Читаем Венеция: Лев, город и вода полностью

Кто часто бывает в одном и том же городе, но дома там не имеет, становится коллекционером адресов. Среди ночи я проснулся от глухого и повторяющегося синкопического перестука, будто кто-то играл на двух разных ударных инструментах. Но ударные наверняка были для исполинов, мне казалось, кровать от них ходит ходуном. Каждый раз — громовой удар, словно прибой налетает на остров, да так оно и есть. Венеция — остров, а лагуна — часть моря, море штормит и бьется о набережную, под его напором пришвартованные лодки бьются о причальные тумбы и друг о друга, я пытаюсь подобрать название этим звукам, но они мне покуда незнакомы. Некоторое время я лежу и слушаю. Приехал я с юга Германии, где два месяца прожил в очень тихом месте, в очень тихом, расположенном на отшибе доме, и, хотя все продолжается лишь несколько секунд, непривычный звук снаружи меня настораживает. Свет я пока не включал, пытаюсь сообразить, где я, реконструировать пространство, где очутился вчера вечером, но размеры пространства покамест загадка, которую мне надо разрешить, а я в плену долетающего снаружи стержневого звука. Вчера я пробудился совсем в другом месте, если там и был какой-либо звук, то конечно же шум лесов вокруг дома, этот звук иной, он словно идет издалека, словно зовет меня, хочет, чтобы я определил, где нахожусь, причем не только в каком помещении, но вообще. Память я пока не потерял, весь этот процесс занимает несколько секунд, спутанное сознание проясняется, ориентируется в смутных потемках, ощупью выбирается из еще незнакомой постели и бредет туда, где сквозь щель между явно высокими шторами внутрь пробивается длинная вертикальная полоска света. Мои ноги чувствуют паркет, свет я не включал, откинул штору, но еще задолго до того, как я добрался до шторы, сознание сработало и сообщило, что я увижу, в одну секунду реальность смешалась с ожиданием и грохочущие лодки соединились со звуком, который меня разбудил, и я почувствовал, как мощь воды бьет в набережную, как лагуна набегает на сушу и отступает, чтобы набежать снова, — я в Венеции.

Комната, которую я видел лишь вечером, сейчас, в первом адриатическом свете, превратилась в большое, просторное, старомодное помещение — мягкое кресло, письменный стол, гравюра, рисунок с цветочной композицией; год мог быть и 1920-й или 1899-й, но было сейчас, мое бог весть которое сейчас в этом текучем городе.
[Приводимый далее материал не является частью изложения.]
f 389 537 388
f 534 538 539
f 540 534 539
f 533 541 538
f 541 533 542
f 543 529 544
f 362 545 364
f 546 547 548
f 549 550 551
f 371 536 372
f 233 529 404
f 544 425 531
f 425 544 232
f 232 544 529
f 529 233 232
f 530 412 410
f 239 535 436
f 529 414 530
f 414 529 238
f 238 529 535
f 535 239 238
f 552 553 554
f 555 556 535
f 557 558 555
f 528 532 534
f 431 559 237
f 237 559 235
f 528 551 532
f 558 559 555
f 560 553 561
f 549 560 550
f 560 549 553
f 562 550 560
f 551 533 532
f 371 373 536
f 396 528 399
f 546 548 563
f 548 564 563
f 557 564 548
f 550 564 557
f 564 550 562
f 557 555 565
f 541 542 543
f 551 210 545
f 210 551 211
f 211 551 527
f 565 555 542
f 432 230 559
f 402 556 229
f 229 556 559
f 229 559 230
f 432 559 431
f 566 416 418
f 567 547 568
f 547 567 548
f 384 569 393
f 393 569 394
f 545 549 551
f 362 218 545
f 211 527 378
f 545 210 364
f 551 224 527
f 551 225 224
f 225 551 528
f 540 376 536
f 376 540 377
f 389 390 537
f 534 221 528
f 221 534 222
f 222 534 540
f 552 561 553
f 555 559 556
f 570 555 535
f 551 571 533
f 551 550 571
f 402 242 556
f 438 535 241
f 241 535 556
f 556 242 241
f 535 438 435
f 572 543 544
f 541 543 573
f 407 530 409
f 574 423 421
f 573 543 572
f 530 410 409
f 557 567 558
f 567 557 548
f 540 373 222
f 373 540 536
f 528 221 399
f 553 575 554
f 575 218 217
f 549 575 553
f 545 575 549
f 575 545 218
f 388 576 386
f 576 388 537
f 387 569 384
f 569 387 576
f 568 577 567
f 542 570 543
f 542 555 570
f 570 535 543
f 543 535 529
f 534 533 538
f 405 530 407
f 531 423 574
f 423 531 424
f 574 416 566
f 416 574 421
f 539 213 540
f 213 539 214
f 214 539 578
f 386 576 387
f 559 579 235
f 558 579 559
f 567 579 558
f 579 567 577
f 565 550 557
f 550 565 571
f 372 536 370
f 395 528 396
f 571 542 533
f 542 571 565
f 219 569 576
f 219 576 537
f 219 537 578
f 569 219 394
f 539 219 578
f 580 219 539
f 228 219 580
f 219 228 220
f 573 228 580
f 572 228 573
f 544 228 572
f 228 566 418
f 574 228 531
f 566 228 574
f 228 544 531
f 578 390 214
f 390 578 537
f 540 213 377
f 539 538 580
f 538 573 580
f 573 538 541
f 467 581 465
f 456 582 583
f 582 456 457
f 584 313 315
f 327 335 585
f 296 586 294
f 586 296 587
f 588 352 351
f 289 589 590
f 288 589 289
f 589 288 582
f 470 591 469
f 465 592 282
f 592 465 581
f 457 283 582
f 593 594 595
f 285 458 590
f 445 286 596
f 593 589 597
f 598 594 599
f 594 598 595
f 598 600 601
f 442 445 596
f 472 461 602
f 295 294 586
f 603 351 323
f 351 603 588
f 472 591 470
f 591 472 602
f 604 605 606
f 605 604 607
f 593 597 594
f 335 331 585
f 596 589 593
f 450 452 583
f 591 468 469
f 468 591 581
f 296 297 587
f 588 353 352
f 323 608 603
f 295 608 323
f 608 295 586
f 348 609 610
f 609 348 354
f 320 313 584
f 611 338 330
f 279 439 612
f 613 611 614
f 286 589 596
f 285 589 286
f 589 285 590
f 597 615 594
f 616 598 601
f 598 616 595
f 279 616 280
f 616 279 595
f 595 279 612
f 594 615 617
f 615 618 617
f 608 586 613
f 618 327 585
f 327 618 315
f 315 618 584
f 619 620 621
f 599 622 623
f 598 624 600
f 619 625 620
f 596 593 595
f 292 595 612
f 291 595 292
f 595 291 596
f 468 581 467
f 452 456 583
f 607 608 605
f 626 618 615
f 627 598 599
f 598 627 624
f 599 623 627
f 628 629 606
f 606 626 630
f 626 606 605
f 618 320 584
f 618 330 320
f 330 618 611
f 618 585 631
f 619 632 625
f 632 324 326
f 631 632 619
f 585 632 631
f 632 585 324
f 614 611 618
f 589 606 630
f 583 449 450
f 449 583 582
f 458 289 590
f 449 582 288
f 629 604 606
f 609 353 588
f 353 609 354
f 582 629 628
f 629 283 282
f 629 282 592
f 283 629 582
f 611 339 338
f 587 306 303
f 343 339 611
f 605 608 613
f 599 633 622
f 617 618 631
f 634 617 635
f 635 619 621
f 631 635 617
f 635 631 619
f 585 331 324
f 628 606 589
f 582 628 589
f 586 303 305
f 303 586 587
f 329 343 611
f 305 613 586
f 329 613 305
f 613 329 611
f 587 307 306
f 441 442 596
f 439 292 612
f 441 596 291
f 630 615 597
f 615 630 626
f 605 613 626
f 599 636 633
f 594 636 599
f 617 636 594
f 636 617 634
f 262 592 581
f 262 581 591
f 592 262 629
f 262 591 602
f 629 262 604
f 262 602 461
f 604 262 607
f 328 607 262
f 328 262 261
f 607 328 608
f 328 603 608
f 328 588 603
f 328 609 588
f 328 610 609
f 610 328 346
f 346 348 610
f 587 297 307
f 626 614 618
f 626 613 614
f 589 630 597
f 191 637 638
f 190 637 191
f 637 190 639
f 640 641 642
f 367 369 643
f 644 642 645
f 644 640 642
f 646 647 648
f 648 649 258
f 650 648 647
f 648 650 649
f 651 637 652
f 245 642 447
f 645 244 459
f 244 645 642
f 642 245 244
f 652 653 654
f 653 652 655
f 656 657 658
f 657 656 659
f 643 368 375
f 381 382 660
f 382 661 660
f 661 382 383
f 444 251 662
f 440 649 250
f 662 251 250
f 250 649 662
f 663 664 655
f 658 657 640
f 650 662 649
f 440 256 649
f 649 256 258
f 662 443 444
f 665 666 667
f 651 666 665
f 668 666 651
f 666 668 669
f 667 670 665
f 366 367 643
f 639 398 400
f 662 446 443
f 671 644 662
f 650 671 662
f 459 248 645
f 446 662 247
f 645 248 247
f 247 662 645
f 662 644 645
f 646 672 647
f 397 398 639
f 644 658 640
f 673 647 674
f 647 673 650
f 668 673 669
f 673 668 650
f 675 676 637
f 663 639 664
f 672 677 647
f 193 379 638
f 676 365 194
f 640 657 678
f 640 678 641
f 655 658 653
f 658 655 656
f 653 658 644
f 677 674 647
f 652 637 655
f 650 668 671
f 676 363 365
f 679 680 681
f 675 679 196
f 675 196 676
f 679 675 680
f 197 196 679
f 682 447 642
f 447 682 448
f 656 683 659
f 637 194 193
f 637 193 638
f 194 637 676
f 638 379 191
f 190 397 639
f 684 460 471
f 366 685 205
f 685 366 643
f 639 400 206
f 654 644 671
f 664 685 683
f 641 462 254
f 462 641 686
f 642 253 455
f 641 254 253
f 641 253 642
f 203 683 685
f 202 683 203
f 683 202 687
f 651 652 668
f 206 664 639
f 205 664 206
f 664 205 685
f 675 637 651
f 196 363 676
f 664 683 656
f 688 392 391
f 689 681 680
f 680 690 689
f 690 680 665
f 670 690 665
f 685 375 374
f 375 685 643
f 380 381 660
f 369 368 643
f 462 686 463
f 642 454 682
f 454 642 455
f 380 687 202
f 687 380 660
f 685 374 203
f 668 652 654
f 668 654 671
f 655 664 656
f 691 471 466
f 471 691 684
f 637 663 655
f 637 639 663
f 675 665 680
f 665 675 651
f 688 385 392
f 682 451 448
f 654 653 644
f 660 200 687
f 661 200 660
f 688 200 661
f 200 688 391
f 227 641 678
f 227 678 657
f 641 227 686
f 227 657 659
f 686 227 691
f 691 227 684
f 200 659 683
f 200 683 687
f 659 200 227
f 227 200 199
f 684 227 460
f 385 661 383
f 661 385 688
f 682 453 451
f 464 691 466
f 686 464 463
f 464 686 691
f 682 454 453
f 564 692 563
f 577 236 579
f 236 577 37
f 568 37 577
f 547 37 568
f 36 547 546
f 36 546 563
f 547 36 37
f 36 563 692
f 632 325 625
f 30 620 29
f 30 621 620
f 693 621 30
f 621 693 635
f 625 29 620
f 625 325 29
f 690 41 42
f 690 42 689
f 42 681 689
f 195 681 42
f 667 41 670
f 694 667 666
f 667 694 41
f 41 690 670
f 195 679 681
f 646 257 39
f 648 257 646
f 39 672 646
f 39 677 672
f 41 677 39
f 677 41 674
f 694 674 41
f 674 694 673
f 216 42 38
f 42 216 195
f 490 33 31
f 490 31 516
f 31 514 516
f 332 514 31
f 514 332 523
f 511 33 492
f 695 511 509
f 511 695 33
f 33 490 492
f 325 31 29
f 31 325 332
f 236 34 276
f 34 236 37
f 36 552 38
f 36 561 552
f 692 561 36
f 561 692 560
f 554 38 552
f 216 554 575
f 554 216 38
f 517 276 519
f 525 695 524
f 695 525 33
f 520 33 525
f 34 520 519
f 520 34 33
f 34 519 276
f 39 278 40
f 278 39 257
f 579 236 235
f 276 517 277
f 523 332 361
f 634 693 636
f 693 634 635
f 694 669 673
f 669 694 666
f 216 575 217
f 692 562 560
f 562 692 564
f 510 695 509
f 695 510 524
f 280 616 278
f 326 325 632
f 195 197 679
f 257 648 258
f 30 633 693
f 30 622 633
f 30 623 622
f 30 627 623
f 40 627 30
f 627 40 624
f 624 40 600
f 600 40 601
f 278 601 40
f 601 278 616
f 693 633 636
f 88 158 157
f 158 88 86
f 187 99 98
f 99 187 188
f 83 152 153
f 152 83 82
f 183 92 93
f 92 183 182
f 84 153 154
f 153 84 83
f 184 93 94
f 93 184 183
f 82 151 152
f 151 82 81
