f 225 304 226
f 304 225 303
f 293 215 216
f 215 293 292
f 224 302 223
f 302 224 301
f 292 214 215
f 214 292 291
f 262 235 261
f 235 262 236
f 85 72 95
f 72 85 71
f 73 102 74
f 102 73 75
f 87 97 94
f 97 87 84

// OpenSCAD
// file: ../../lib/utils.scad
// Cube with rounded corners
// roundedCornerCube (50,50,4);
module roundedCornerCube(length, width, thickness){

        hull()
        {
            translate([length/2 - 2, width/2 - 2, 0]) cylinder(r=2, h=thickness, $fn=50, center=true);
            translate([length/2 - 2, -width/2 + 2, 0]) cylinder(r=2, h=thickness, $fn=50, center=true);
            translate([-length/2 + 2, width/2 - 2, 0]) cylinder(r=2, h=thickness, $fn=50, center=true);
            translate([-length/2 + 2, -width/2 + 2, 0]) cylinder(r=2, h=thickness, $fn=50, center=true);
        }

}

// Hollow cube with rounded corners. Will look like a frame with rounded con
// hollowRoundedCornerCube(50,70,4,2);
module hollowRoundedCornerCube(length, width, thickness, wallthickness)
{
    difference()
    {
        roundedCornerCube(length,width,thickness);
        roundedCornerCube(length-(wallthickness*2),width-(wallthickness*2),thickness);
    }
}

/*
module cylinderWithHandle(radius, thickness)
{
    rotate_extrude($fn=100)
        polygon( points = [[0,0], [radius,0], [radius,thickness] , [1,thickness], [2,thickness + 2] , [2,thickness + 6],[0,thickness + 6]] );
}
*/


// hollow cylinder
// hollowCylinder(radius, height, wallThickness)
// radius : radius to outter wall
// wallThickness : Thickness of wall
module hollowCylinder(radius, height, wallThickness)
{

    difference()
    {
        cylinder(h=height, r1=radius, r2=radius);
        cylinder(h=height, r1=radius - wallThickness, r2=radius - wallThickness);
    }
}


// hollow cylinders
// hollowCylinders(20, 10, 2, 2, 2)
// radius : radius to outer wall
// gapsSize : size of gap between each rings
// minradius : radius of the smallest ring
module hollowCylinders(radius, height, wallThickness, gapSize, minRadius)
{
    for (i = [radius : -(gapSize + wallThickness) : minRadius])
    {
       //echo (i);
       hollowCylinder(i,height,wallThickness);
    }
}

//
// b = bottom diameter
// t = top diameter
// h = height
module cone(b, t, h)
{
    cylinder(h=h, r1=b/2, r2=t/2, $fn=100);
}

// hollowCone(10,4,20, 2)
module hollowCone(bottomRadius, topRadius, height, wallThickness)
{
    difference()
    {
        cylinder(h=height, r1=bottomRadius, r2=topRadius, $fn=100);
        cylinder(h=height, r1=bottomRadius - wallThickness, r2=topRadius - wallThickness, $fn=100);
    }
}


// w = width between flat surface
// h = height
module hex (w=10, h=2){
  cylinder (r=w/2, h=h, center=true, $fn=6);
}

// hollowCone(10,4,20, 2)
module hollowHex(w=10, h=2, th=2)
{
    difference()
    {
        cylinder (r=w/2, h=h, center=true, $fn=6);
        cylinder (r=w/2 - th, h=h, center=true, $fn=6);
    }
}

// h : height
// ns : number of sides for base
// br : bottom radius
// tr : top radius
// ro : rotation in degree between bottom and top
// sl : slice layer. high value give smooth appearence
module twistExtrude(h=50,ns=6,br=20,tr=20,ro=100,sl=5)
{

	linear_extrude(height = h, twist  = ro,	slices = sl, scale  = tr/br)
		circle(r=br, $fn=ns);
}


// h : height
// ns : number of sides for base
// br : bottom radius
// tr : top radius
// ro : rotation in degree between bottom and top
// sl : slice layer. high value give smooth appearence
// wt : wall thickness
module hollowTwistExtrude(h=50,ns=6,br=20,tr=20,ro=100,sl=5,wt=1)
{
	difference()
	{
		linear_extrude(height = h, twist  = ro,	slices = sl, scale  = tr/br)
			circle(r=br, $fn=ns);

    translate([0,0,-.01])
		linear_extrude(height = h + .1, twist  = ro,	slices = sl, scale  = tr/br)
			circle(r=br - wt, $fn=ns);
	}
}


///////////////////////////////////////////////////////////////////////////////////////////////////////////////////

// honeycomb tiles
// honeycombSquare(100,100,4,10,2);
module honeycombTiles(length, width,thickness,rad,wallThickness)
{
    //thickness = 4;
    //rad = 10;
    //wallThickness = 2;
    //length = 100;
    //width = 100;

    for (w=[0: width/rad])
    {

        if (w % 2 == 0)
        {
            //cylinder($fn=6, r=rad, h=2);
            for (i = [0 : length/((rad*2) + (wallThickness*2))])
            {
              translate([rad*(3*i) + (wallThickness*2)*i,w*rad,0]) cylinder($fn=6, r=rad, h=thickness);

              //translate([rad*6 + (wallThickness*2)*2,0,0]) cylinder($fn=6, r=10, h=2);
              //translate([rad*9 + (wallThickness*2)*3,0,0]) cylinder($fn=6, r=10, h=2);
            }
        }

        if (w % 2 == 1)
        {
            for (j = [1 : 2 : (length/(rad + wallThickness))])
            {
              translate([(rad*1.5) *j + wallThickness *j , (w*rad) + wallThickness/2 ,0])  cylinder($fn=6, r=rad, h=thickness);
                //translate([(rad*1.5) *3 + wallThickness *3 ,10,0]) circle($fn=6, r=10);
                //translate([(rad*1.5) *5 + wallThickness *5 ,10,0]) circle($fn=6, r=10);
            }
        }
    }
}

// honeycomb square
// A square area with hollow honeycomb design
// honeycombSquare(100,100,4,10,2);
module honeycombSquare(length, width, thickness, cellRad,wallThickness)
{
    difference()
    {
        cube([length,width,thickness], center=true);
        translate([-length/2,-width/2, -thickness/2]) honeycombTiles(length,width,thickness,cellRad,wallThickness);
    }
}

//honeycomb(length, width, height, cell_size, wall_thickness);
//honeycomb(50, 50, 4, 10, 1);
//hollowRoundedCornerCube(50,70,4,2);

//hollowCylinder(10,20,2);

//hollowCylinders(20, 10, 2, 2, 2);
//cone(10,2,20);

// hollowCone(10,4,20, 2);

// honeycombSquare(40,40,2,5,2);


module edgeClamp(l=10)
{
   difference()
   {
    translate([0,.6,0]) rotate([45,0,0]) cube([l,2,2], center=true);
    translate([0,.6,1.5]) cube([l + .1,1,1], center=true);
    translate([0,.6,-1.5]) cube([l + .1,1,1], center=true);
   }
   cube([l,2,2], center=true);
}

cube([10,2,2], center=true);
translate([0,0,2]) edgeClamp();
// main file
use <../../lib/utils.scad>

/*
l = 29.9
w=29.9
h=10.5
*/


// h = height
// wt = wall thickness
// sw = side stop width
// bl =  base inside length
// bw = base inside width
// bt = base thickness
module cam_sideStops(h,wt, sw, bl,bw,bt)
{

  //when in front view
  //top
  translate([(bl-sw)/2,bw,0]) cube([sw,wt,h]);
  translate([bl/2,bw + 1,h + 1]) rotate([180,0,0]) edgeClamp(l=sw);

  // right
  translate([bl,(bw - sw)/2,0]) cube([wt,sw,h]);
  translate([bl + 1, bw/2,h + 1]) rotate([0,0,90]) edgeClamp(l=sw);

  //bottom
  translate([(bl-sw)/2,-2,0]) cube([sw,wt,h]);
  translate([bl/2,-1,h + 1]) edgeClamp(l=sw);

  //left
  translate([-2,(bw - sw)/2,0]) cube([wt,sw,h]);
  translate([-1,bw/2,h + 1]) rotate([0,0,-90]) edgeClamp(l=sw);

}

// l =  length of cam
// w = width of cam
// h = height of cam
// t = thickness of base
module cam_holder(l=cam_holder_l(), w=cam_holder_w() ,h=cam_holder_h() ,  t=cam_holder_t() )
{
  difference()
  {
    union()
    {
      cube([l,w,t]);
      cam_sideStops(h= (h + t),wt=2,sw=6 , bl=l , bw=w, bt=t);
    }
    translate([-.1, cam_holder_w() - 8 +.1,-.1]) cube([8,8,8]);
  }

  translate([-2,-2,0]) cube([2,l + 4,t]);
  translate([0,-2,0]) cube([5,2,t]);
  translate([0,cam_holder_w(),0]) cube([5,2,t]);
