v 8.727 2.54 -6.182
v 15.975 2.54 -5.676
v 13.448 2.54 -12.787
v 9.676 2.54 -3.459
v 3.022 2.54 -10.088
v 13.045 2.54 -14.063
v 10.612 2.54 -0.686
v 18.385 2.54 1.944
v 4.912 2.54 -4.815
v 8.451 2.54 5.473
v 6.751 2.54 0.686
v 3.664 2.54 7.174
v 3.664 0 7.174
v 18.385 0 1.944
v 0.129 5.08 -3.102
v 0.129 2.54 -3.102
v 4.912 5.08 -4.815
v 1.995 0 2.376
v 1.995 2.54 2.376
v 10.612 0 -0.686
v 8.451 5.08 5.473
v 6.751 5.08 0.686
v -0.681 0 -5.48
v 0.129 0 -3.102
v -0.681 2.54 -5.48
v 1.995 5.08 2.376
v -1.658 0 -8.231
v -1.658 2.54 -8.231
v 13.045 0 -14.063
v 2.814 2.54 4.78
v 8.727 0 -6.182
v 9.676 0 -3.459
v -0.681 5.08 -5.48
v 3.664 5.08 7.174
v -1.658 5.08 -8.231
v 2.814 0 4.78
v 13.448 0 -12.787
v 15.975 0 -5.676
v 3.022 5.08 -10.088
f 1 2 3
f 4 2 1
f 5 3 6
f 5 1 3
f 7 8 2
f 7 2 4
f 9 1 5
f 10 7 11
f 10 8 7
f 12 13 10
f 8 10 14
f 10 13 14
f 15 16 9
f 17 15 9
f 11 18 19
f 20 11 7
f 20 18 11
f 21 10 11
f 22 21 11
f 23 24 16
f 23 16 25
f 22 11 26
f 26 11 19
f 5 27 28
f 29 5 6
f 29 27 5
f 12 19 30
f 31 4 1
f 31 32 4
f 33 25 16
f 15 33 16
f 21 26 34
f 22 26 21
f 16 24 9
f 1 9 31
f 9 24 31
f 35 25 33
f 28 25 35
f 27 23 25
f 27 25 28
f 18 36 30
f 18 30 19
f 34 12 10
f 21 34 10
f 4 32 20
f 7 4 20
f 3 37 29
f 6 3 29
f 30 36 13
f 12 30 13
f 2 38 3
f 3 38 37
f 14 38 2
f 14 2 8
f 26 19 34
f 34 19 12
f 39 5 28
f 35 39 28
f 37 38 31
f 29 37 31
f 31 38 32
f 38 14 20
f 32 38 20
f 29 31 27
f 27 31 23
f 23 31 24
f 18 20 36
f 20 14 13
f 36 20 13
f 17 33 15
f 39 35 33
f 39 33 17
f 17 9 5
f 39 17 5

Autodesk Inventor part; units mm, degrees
ref_plane "YZ Plane" through (0, 0, 0) normal (1, 0, 0) x (0, 1, 0)
ref_plane "XZ Plane" through (0, 0, 0) normal (0, 1, 0) x (-1, 0, 0)
ref_plane "XY Plane" through (0, 0, 0) normal (0, 0, 1) x (1, 0, 0)
sketch "Sketch1" plane through (0, 0, 0) normal (0, 1, 0) x (-1, 0, 0)
  line L0 (6.5186, 9.6083) -> (7.4793, 6.9251)
  line L1 (9.9904, -0.6602) -> (10.9974, -3.3263)
  line L2 (6.9989, 8.2667) -> (-2.8141, 4.7803)
  line L3 (10.4939, -1.9933) -> (0.6808, -5.4797)
  circle A0 centre (-12.8288, -4.5578) radius 1.5875
  circle A1 centre (-12.8288, -4.5578) radius 3.3389
  line L4 (-2.8141, 4.7803) -> (-12.8288, -4.5578)
  line L5 (-12.8288, -4.5578) -> (0.6808, -5.4797)
  line L6 (-2.8141, 4.7803) -> (-15.056, 0.431)
  line L7 (-12.8288, -4.5578) -> (-14.6522, 0.5745)
  line L8 (-14.6522, 0.5745) -> (-2.8141, 4.7803)
  line L9 (-12.8288, -4.5578) -> (-10.8725, -10.064)
  line L10 (0.6808, -5.4797) -> (-10.8725, -10.064)
  line L11 (10.4939, -1.9933) -> (11.3914, -4.3694)
  line L12 (11.3914, -4.3694) -> (9.5964, 0.3829)
  line L13 (9.5964, 0.3829) -> (-15.056, -8.4497)
  line L14 (-12.8288, -4.5578) -> (-15.975, -5.6756)
  line L15 (-15.9757, -5.6736) -> (-13.4484, -12.787)
  line L16 (-13.4484, -12.787) -> (-12.5471, -15.637)
  line L17 (11.3914, -4.3694) -> (-13.0447, -14.0634)
  line L18 (-15.9757, -5.6736) -> (-19.6824, 6.0465)
  line L19 (6.9989, 8.2667) -> (7.8493, 5.8733)
  line L20 (7.8493, 5.8733) -> (6.1486, 10.6602)
  line L21 (6.1486, 10.6602) -> (-18.3849, 1.9439)
  line L22 (7.8493, 5.8733) -> (-16.8521, -2.9027)
  line L23 (-2.8141, 4.7803) -> (0.6808, -5.4797)
  line L24 (-2.8141, 4.7803) -> (-3.6645, 7.1738)
  line L25 (0.6808, -5.4797) -> (1.6582, -8.2307)
  line L26 (-1.9951, 2.3758) -> (-16.8521, -2.9027)
  line L27 (-3.6645, 7.1738) -> (-18.3849, 1.9439)
  line L28 (-13.0447, -14.0634) -> (1.6582, -8.2307)
  line L29 (-0.1292, -3.1017) -> (-11.8537, -7.3024)
  line L30 (-0.1292, -3.1017) -> (1.6582, -8.2307)
  line L31 (-12.8288, -4.5578) -> (-9.6759, -3.4591)
  line L32 (-9.6759, -3.4591) -> (-6.8384, -11.6013)
  line L33 (-9.6759, -3.4591) -> (-12.2361, 4.1284)
  point P0 (0, 0)
  point P1 (-8.727, -6.1821)
  point P2 (-10.6118, -0.6856)
  point P3 (-16.045, -5.4546)
  point P4 (-15.9742, -5.6777)
  dimension "d0" = 10.414
  dimension "d1" = 10.414
  dimension "d2" = 12.2419
  dimension "d3" = 12.4297
  dimension "d4" = 5.1323
  dimension "d5" = 5.5062
  dimension "d6" = 13.6929
  dimension "d7" = 13.5096
  dimension "d8" = 2.54
  dimension "d9" = 5.08
  dimension "d10" = 2.54
  dimension "d11" = 5.08
sketch "Sketch2" plane through (0, 0, 0) normal (0, 1, 0) x (-1, 0, 0)
  point P0 (0, 0)
extrude "Extrusion1" add sketch "Sketch1" along normal blind 2.54 contours L18 L22 A1 | L23 L5 L13 | L10 L32 L13 L5 | L25 L17 L32 L10 | L22 L4 L23 | L32 L17 L16 L15 L13 A1 L9 L10 | L10 L9 A1 L13 L32 | L32 L13 A1 L5 | L5 A1 L32 | L22 L33 L6 L4 | L6 L33 L21 L24 | L5 A0 L31 A1 | A1 L13 L9 A0 L5 | L31 A0 L4 A1 | A1 L4 L33 | A1 L9 L13 | L4 A1 L22 L33 | L22 A1 L7 L6 L33 | L6 L7 A1 L22 L18 L21 L33 | A1 L13 L9 | L5 L31 A0 | A0 L9 L5 | L4 A0 L7 L22 A1 | L31 L4 A0 | L13 A1 L14 A0 L9 | L22 L7 A1 | L13 L15 A1 | A0 L14 L9 | L7 A0 L4 | L14 A0 L7 | L7 L22 A1 | L7 A0 L14 A1 L22
sketch "Sketch3" plane through (0, 2.54, 0) normal (0, 1, 0) x (1, 0, 0)
  line L0 (8.727, 6.1821) -> (6.8384, 11.6013)
  line L1 (13.0447, 14.0634) -> (-1.6582, 8.2307) projected
  line L2 (10.6118, 0.6856) -> (12.2361, -4.1284)
  line L3 (3.6645, -7.1738) -> (18.3849, -1.9439) projected
  line L4 (8.727, 6.1821) -> (9.6759, 3.4591) projected
  line L5 (9.6759, 3.4591) -> (10.6118, 0.6856) projected
  point P0 (0, 0)
sketch "Sketch4" plane through (0, 2.54, 0) normal (0, 1, 0) x (1, 0, 0)
  line L0 (2.8141, -4.7803) -> (3.6645, -7.1738) projected
  line L1 (1.9951, -2.3758) -> (3.6645, -7.1738)
  line L2 (3.6645, -7.1738) -> (8.4513, -5.4731)
  line L3 (3.6645, -7.1738) -> (18.3849, -1.9439) projected
  line L4 (8.4513, -5.4731) -> (6.7507, -0.6862)
  line L5 (10.6118, 0.6856) -> (1.9951, -2.3758) projected
  line L6 (-0.6808, 5.4797) -> (0.1292, 3.1017) projected
  line L7 (0.1292, 3.1017) -> (4.9115, 4.8151)
  line L8 (0.1292, 3.1017) -> (8.727, 6.1821) projected
  line L9 (4.9115, 4.8151) -> (3.0225, 10.0875)
  line L10 (13.0447, 14.0634) -> (-1.6582, 8.2307) projected
  line L11 (3.6645, -7.1738) -> (18.3849, -1.9439) projected
  line L12 (-1.6582, 8.2307) -> (-0.6808, 5.4797) projected
  line L13 (-0.6808, 5.4797) -> (-1.6582, 8.2307)
  point P0 (0, 0)
  dimension "d14" = 5.08
  dimension "d15" = 5.08
sketch "Sketch5" plane through (0, 2.54, 0) normal (0, 1, 0) x (1, 0, 0)
  point P0 (0, 0)
extrude "Extrusion2" add sketch "Sketch4" along normal blind 2.54
properties part number "filendholder"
Гостиница называется «Габриелли-Зандвирт», снаружи здание коричного цвета выглядит внушительно, в моей комнате по фасаду три окна с балюстрадой из белых колонок. Давным-давно одна приятельница провела здесь брачную ночь, позднее она расскажет мне, что в этой гостинице Кафка написал печальное письмо Фелиции, письмо, которое должно было казаться прощальным. В тот год он прислал ей более двухсот писем и открыток, и потому сообщение, сделанное в этом письме, наверно, явилось для нее весьма неприятным сюрпризом. Он, пишет Кафка, пришел к выводу, что любовь и искусство несовместимы, и опасается, что из его творчества ничего больше не выйдет. В дневнике он высказывается яснее: «Coitus как наказание за счастье быть вместе. Я отлучу себя ото всех, буду жить аскетом, как холостяк, это для меня единственная возможность».